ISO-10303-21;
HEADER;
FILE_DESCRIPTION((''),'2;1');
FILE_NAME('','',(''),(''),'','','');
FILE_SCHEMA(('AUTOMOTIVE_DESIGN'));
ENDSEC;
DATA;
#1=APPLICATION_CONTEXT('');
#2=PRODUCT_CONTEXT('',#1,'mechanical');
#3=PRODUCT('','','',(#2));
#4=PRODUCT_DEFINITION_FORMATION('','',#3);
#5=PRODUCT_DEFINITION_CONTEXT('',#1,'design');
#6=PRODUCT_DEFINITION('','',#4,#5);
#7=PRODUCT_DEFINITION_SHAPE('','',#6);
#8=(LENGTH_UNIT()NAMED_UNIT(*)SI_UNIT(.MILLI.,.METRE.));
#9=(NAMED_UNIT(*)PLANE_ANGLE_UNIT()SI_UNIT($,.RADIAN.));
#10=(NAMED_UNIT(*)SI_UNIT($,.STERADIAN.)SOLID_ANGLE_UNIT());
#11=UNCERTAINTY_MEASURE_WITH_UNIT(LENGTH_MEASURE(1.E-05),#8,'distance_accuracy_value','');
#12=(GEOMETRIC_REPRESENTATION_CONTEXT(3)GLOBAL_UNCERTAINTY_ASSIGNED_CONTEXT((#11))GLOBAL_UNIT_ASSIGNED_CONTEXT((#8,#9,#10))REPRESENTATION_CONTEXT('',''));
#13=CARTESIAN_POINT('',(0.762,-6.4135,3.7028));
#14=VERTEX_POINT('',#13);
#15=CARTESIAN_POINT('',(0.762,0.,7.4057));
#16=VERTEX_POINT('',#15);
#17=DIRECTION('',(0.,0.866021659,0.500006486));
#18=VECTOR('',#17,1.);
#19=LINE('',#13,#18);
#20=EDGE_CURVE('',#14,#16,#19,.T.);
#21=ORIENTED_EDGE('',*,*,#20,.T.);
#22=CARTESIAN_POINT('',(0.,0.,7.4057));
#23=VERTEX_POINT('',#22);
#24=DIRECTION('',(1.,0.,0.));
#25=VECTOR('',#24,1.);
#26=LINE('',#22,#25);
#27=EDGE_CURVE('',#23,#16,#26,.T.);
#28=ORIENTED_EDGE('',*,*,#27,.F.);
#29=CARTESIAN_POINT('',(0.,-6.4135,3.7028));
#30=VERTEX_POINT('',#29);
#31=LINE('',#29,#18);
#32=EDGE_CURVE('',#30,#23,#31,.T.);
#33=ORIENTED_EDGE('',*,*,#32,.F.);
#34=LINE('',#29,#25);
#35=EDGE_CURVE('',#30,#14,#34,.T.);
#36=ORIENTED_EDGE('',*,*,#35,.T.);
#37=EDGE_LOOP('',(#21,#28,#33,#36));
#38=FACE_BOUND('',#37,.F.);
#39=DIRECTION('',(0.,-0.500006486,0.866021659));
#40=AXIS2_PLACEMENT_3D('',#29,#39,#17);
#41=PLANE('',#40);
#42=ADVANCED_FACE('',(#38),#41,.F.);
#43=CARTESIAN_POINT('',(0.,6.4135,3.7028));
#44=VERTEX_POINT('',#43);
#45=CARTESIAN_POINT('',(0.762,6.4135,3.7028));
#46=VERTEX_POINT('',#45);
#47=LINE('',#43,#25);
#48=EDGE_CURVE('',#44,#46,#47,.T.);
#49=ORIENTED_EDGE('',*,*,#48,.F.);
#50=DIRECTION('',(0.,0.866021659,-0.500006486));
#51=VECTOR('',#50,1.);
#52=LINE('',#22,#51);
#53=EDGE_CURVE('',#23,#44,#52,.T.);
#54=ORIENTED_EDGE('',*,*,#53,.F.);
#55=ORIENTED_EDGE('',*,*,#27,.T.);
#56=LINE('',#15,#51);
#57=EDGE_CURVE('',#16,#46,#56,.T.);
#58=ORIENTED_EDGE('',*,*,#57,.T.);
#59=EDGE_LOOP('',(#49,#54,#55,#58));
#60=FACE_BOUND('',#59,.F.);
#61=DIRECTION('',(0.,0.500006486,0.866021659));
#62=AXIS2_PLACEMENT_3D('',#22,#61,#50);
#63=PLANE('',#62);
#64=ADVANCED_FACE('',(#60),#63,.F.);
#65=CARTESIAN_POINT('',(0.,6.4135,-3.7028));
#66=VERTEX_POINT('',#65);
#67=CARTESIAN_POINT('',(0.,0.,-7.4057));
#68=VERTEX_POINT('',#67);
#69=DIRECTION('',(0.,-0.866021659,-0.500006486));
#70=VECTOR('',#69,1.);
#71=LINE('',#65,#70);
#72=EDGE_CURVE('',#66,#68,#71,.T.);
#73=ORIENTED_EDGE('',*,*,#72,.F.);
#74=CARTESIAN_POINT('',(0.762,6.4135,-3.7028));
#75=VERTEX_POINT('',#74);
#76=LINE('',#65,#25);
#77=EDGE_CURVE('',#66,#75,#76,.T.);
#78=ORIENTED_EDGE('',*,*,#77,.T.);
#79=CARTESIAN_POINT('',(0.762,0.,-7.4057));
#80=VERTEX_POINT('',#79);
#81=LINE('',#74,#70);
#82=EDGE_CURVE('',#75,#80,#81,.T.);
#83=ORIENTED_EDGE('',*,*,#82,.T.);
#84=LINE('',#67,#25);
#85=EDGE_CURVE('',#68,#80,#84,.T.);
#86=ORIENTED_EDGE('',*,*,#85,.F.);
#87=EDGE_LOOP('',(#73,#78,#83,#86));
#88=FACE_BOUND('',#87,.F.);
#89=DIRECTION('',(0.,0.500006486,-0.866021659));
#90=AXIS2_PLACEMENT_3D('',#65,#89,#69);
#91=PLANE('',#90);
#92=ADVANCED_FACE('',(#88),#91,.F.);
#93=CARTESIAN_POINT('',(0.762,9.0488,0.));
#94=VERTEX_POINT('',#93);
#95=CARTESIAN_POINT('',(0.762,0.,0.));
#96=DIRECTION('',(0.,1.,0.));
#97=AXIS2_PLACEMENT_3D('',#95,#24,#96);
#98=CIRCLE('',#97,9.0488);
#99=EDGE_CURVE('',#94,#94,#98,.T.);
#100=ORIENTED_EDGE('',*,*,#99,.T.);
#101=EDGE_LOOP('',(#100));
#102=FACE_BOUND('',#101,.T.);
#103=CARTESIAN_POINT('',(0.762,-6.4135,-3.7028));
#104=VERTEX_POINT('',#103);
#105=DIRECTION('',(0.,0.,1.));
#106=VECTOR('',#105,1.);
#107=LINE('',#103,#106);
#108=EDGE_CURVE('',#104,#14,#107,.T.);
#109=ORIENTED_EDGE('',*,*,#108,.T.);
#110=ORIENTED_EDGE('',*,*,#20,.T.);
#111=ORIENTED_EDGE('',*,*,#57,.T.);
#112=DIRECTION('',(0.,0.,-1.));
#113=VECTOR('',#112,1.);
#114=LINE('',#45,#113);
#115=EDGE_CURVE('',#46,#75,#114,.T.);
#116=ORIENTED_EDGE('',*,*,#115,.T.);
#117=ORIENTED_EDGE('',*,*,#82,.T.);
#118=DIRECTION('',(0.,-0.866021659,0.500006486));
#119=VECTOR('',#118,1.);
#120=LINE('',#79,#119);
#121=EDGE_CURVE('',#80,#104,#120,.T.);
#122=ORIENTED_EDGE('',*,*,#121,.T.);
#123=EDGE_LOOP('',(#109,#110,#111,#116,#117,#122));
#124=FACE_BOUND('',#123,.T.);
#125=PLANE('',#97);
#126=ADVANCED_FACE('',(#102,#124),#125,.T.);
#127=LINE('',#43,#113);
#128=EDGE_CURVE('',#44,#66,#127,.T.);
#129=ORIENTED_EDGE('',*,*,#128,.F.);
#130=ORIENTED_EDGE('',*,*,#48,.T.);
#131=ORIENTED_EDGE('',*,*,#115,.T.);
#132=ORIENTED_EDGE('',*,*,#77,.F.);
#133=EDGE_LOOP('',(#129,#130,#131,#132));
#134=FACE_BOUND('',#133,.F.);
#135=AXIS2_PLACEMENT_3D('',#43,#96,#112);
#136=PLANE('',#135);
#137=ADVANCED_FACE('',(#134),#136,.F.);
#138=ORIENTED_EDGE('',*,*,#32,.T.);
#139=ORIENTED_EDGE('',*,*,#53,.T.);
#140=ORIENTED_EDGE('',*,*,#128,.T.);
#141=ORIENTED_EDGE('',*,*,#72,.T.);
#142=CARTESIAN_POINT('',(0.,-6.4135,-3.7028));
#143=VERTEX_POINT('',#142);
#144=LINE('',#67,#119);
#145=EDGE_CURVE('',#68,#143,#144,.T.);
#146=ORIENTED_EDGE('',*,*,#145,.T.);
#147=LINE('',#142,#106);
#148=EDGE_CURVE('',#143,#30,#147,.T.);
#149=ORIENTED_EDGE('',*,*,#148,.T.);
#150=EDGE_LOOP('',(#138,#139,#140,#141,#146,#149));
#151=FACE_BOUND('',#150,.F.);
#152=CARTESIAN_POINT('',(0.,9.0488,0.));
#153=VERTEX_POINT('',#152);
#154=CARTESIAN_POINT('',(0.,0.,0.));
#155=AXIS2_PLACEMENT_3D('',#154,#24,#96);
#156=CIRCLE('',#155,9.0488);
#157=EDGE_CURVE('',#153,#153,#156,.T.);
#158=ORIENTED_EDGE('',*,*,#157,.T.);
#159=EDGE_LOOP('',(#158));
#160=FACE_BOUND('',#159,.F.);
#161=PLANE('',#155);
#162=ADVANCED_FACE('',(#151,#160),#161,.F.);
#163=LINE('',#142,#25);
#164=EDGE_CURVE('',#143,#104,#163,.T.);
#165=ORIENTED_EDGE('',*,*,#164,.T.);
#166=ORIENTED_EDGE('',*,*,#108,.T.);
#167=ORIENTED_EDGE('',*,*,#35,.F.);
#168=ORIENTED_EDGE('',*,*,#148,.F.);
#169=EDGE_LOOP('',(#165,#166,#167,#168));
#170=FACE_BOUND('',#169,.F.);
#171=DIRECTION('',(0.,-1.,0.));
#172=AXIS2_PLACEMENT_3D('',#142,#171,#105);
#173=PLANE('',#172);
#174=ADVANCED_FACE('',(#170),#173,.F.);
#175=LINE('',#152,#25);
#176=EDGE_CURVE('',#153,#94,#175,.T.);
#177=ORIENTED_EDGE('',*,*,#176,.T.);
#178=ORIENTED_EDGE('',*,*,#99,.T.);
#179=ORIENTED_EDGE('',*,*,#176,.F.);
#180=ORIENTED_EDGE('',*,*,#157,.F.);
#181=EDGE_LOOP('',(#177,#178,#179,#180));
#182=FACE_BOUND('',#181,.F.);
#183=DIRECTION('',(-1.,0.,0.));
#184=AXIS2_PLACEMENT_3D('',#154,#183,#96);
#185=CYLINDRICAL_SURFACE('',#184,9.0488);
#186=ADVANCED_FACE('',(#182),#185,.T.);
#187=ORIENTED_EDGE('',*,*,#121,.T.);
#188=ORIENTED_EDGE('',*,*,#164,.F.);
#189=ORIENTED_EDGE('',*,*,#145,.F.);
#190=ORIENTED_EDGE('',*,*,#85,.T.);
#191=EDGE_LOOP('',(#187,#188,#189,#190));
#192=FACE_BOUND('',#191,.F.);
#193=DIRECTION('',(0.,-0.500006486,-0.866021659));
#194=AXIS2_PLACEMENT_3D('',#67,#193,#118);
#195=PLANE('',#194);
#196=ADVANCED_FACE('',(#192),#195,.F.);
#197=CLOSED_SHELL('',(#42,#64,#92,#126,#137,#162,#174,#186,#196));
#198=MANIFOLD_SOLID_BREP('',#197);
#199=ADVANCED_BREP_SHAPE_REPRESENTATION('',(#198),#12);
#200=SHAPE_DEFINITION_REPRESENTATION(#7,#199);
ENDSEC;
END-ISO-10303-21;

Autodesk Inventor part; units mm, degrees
ref_plane "YZ Plane" through (0, 0, 0) normal (1, 0, 0) x (0, 1, 0)
ref_plane "XZ Plane" through (0, 0, 0) normal (0, 1, 0) x (-1, 0, 0)
ref_plane "XY Plane" through (0, 0, 0) normal (0, 0, 1) x (1, 0, 0)
sketch "Sketch1" plane through (0, 0, 0) normal (1, 0, 0) x (0, 1, 0)
  line L0 (6.4135, -3.7028) -> (0, -7.4057)
  line L1 (0, -7.4057) -> (-6.4135, -3.7028)
  line L2 (-6.4135, -3.7028) -> (-6.4135, 3.7028)
  line L3 (-6.4135, 3.7028) -> (0, 7.4057)
  line L4 (0, 7.4057) -> (6.4135, 3.7028)
  line L5 (6.4135, 3.7028) -> (6.4135, -3.7028)
  circle A0 centre (0, 0) radius 9.0488
  dimension "d0" = 12.827
  dimension "d1" = 18.0975
extrude "Extrusion1" add sketch "Sketch1" along normal blind 0.762
properties part number "3DPRINT,FLYWHEEL,SPACER" material "ABS Plastic"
:::::
### Goal of the exercise
In the data above, find the line that contains "#21=ORIENTED_EDGE('',*,*,#20,.T.);", then reproduce exactly every line from the first line through that line.

### Reply
ISO-10303-21;
HEADER;
FILE_DESCRIPTION((''),'2;1');
FILE_NAME('','',(''),(''),'','','');
FILE_SCHEMA(('AUTOMOTIVE_DESIGN'));
ENDSEC;
DATA;
#1=APPLICATION_CONTEXT('');
#2=PRODUCT_CONTEXT('',#1,'mechanical');
#3=PRODUCT('','','',(#2));
#4=PRODUCT_DEFINITION_FORMATION('','',#3);
#5=PRODUCT_DEFINITION_CONTEXT('',#1,'design');
#6=PRODUCT_DEFINITION('','',#4,#5);
#7=PRODUCT_DEFINITION_SHAPE('','',#6);
#8=(LENGTH_UNIT()NAMED_UNIT(*)SI_UNIT(.MILLI.,.METRE.));
#9=(NAMED_UNIT(*)PLANE_ANGLE_UNIT()SI_UNIT($,.RADIAN.));
#10=(NAMED_UNIT(*)SI_UNIT($,.STERADIAN.)SOLID_ANGLE_UNIT());
#11=UNCERTAINTY_MEASURE_WITH_UNIT(LENGTH_MEASURE(1.E-05),#8,'distance_accuracy_value','');
#12=(GEOMETRIC_REPRESENTATION_CONTEXT(3)GLOBAL_UNCERTAINTY_ASSIGNED_CONTEXT((#11))GLOBAL_UNIT_ASSIGNED_CONTEXT((#8,#9,#10))REPRESENTATION_CONTEXT('',''));
#13=CARTESIAN_POINT('',(0.762,-6.4135,3.7028));
#14=VERTEX_POINT('',#13);
#15=CARTESIAN_POINT('',(0.762,0.,7.4057));
#16=VERTEX_POINT('',#15);
#17=DIRECTION('',(0.,0.866021659,0.500006486));
#18=VECTOR('',#17,1.);
#19=LINE('',#13,#18);
#20=EDGE_CURVE('',#14,#16,#19,.T.);
#21=ORIENTED_EDGE('',*,*,#20,.T.);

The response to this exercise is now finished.